(Data entries)
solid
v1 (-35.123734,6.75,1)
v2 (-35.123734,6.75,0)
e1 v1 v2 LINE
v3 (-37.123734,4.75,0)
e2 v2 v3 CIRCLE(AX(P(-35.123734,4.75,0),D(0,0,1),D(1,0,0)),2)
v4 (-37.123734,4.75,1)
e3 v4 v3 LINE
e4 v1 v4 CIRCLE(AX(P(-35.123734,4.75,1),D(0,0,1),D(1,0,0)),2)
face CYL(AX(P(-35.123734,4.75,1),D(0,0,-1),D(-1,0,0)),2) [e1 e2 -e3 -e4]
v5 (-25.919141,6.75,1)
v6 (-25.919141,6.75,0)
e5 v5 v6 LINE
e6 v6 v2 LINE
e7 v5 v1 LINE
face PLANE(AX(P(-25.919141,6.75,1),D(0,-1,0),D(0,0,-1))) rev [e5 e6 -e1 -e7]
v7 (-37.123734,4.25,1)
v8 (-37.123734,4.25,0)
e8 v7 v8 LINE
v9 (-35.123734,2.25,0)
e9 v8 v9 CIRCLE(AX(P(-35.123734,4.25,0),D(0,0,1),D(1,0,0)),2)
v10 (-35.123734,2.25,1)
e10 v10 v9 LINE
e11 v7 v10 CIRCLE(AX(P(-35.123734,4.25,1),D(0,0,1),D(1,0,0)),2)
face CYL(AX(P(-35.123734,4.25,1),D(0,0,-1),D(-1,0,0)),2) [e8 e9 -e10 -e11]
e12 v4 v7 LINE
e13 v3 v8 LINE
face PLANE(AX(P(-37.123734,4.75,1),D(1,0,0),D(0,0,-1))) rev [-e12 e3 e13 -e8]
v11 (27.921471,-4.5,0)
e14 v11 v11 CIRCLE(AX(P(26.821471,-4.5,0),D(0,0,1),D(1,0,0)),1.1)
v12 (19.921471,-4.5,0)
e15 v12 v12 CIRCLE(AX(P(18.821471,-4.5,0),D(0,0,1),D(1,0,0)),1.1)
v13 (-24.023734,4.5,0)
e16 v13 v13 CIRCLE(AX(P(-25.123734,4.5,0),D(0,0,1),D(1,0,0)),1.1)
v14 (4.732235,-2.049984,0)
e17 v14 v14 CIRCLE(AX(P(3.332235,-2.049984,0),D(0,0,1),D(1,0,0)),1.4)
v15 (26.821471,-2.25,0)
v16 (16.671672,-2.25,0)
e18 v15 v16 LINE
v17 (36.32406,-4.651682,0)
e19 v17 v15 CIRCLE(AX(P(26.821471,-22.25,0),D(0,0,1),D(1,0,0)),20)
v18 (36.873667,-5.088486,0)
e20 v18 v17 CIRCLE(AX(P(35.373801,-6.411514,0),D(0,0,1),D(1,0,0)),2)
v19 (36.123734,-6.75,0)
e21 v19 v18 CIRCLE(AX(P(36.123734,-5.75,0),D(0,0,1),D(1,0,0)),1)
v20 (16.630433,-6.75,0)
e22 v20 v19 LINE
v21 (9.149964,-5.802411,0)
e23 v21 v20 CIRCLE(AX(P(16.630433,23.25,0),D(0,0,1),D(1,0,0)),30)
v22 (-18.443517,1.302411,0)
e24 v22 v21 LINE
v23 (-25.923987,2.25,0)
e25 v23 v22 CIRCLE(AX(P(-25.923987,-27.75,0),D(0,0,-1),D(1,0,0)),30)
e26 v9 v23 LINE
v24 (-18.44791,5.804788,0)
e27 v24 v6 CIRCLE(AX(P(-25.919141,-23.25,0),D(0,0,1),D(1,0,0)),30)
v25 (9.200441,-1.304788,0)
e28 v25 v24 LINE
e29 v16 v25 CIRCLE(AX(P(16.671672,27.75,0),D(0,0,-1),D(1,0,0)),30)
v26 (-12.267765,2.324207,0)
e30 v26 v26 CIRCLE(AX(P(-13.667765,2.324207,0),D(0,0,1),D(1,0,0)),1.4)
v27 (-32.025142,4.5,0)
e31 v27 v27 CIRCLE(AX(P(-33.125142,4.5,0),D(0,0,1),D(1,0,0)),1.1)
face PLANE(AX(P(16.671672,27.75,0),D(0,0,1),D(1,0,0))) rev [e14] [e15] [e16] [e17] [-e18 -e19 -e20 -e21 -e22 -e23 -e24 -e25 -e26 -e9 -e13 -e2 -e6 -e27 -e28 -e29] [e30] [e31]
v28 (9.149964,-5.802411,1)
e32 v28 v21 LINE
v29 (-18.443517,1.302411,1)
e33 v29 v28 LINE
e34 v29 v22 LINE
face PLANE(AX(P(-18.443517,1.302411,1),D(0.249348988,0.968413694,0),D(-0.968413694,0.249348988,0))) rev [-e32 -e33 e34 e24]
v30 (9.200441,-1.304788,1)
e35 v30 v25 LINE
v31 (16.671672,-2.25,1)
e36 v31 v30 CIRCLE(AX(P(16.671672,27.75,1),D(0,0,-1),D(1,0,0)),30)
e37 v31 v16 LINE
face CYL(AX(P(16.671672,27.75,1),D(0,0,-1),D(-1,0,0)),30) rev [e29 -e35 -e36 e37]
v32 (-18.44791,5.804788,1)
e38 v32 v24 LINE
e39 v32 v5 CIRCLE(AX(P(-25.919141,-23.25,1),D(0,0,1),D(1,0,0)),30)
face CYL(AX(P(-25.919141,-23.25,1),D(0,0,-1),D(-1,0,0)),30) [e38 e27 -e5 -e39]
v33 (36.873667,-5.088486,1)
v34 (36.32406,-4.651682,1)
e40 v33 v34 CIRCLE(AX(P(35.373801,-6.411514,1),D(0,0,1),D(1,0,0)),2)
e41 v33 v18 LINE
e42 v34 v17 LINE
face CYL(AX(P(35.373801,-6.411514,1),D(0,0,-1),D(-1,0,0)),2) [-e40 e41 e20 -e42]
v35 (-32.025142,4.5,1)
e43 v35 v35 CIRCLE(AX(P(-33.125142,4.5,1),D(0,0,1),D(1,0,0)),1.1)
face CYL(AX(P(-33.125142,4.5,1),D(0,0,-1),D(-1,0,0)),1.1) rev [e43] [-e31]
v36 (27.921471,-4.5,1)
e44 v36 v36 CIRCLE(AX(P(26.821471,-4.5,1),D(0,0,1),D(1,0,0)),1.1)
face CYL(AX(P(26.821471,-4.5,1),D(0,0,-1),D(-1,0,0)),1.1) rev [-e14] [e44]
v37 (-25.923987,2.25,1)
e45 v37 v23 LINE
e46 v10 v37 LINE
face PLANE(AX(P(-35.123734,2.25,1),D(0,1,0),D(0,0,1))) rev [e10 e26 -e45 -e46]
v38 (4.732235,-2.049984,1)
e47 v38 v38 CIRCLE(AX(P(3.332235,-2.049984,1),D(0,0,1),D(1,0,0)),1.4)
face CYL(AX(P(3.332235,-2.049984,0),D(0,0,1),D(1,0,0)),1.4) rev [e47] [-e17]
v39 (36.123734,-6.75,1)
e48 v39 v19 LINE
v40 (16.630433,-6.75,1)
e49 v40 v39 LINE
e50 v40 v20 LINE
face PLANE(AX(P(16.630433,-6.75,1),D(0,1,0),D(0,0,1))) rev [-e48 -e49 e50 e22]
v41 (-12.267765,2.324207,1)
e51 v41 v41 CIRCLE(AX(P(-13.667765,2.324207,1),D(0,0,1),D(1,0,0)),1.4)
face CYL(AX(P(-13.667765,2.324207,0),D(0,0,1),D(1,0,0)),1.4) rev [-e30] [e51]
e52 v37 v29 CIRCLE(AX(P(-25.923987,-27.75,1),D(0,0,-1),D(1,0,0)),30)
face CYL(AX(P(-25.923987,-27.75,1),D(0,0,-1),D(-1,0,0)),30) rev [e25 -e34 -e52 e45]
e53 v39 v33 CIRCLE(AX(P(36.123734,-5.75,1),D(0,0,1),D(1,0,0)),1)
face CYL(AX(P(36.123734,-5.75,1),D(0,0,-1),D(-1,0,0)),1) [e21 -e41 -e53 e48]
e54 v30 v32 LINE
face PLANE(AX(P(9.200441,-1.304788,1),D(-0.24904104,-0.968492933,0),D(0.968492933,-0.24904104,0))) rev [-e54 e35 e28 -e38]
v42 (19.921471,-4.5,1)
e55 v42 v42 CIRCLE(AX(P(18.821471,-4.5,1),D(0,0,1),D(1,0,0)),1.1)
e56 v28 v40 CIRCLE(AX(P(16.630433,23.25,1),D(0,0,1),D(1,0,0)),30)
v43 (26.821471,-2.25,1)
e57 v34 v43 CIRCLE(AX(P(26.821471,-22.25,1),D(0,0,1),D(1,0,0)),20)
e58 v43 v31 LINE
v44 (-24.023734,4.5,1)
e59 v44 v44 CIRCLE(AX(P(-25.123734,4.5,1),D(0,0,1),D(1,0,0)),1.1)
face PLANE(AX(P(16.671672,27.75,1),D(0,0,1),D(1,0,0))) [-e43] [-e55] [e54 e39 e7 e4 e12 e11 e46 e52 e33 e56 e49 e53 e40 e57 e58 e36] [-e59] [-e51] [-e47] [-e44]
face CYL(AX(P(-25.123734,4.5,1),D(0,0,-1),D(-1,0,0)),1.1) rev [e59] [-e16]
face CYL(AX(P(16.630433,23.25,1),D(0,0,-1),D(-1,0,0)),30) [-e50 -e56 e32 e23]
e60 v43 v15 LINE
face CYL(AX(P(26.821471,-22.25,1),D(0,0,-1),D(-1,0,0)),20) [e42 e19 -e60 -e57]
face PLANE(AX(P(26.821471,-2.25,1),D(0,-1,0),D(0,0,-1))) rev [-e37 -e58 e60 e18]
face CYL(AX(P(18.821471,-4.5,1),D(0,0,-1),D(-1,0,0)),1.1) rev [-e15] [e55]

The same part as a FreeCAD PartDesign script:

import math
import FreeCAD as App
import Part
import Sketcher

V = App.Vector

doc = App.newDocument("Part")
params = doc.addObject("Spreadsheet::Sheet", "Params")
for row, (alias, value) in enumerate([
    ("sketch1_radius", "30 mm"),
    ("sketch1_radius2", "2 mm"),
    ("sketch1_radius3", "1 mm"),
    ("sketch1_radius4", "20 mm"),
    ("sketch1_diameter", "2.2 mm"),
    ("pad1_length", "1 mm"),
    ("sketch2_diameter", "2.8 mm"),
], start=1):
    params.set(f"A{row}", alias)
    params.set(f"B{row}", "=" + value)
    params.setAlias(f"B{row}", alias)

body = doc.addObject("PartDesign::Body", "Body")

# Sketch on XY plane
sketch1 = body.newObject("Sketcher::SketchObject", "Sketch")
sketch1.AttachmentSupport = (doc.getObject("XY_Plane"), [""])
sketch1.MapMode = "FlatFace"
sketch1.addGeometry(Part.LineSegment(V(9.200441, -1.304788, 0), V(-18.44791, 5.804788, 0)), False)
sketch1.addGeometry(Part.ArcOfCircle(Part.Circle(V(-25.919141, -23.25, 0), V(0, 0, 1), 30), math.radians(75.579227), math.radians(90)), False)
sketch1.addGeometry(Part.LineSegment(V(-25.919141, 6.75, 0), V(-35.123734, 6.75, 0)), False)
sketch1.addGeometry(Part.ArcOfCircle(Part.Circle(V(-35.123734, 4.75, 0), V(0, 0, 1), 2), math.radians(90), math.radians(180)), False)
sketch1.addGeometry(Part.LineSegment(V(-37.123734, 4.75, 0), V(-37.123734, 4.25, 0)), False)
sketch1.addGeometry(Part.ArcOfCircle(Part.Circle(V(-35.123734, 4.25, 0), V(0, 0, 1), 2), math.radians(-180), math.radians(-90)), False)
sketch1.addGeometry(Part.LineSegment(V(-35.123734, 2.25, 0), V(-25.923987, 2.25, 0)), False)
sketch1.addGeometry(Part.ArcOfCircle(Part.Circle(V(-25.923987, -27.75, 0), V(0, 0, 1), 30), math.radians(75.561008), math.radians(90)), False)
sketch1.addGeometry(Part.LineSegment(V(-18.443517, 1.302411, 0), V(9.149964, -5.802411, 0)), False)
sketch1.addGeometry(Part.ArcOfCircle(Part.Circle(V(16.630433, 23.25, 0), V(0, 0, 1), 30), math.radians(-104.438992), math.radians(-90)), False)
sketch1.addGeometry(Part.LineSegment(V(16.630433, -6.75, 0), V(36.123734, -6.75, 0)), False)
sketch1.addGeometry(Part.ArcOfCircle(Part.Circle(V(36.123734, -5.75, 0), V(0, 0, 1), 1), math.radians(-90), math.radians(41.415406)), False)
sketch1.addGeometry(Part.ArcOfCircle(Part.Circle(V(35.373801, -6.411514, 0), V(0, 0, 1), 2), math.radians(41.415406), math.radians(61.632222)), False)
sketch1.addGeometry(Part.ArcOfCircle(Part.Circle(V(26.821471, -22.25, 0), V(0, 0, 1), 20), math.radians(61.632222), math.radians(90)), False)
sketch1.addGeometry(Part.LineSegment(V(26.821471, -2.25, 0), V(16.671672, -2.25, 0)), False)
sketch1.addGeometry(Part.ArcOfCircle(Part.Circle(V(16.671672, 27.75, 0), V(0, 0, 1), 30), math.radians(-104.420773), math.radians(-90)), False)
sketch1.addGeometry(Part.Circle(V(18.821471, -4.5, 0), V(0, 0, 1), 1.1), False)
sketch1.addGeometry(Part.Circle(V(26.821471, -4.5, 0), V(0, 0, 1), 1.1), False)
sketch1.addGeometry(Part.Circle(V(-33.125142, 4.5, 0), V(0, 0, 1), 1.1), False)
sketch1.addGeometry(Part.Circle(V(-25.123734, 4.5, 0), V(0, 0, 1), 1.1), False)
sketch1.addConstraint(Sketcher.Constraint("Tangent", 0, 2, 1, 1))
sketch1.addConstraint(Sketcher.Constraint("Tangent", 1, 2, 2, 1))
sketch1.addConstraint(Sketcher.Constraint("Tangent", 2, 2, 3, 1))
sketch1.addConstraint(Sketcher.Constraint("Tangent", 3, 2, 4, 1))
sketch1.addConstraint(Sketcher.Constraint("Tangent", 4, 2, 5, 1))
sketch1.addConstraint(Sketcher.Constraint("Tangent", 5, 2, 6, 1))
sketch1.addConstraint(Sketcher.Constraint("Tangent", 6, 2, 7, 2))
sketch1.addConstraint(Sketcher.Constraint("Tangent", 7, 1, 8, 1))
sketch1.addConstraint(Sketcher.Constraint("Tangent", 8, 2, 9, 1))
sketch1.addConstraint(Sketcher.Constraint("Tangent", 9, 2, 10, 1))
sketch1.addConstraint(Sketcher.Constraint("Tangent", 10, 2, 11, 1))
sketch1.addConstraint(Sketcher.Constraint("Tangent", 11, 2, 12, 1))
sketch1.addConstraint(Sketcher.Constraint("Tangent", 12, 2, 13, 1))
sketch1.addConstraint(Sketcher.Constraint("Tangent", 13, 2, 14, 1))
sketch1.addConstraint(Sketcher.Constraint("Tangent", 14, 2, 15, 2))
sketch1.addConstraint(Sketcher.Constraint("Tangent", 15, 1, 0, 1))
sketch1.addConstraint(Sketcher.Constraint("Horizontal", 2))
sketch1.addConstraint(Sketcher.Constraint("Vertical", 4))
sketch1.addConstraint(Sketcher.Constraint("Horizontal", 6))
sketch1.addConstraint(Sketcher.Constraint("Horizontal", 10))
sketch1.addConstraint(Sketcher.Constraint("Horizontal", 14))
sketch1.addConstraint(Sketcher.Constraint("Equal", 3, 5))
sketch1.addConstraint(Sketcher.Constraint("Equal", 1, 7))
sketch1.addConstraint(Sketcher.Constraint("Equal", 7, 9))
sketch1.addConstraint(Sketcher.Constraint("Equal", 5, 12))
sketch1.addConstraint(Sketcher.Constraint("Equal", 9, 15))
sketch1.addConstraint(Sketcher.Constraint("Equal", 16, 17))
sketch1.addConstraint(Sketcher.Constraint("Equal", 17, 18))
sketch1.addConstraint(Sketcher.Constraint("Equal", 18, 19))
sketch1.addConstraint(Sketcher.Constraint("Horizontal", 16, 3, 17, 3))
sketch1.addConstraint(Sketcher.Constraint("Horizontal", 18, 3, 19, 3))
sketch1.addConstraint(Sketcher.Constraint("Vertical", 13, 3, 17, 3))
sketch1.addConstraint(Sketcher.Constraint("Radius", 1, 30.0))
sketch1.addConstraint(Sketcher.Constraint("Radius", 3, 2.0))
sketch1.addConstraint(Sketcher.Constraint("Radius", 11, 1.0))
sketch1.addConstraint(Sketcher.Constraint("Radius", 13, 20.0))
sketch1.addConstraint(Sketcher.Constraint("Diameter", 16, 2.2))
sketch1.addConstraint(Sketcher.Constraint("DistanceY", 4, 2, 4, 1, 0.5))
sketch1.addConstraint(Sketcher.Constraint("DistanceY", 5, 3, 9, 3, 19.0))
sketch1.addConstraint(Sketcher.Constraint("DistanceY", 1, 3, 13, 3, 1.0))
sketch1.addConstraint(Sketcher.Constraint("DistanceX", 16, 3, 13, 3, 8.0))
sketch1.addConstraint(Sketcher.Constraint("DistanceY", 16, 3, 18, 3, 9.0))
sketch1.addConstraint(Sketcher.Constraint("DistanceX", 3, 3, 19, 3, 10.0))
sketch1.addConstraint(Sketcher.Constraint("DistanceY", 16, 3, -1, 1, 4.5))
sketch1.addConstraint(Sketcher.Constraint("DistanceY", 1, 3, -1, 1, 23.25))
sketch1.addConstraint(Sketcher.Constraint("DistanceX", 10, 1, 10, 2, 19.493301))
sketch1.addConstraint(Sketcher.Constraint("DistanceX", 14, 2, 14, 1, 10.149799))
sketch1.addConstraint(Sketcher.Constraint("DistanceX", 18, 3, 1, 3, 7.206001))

*REQUIRED WORK:*
Take the records above and return, word for word, only the lines that fall from the line with "-e33 e34 e24]" to the line with "e38 v32 v24 LINE", both of them included.

*TASK OUTPUT:*
face PLANE(AX(P(-18.443517,1.302411,1),D(0.249348988,0.968413694,0),D(-0.968413694,0.249348988,0))) rev [-e32 -e33 e34 e24]
v30 (9.200441,-1.304788,1)
e35 v30 v25 LINE
v31 (16.671672,-2.25,1)
e36 v31 v30 CIRCLE(AX(P(16.671672,27.75,1),D(0,0,-1),D(1,0,0)),30)
e37 v31 v16 LINE
face CYL(AX(P(16.671672,27.75,1),D(0,0,-1),D(-1,0,0)),30) rev [e29 -e35 -e36 e37]
v32 (-18.44791,5.804788,1)
e38 v32 v24 LINE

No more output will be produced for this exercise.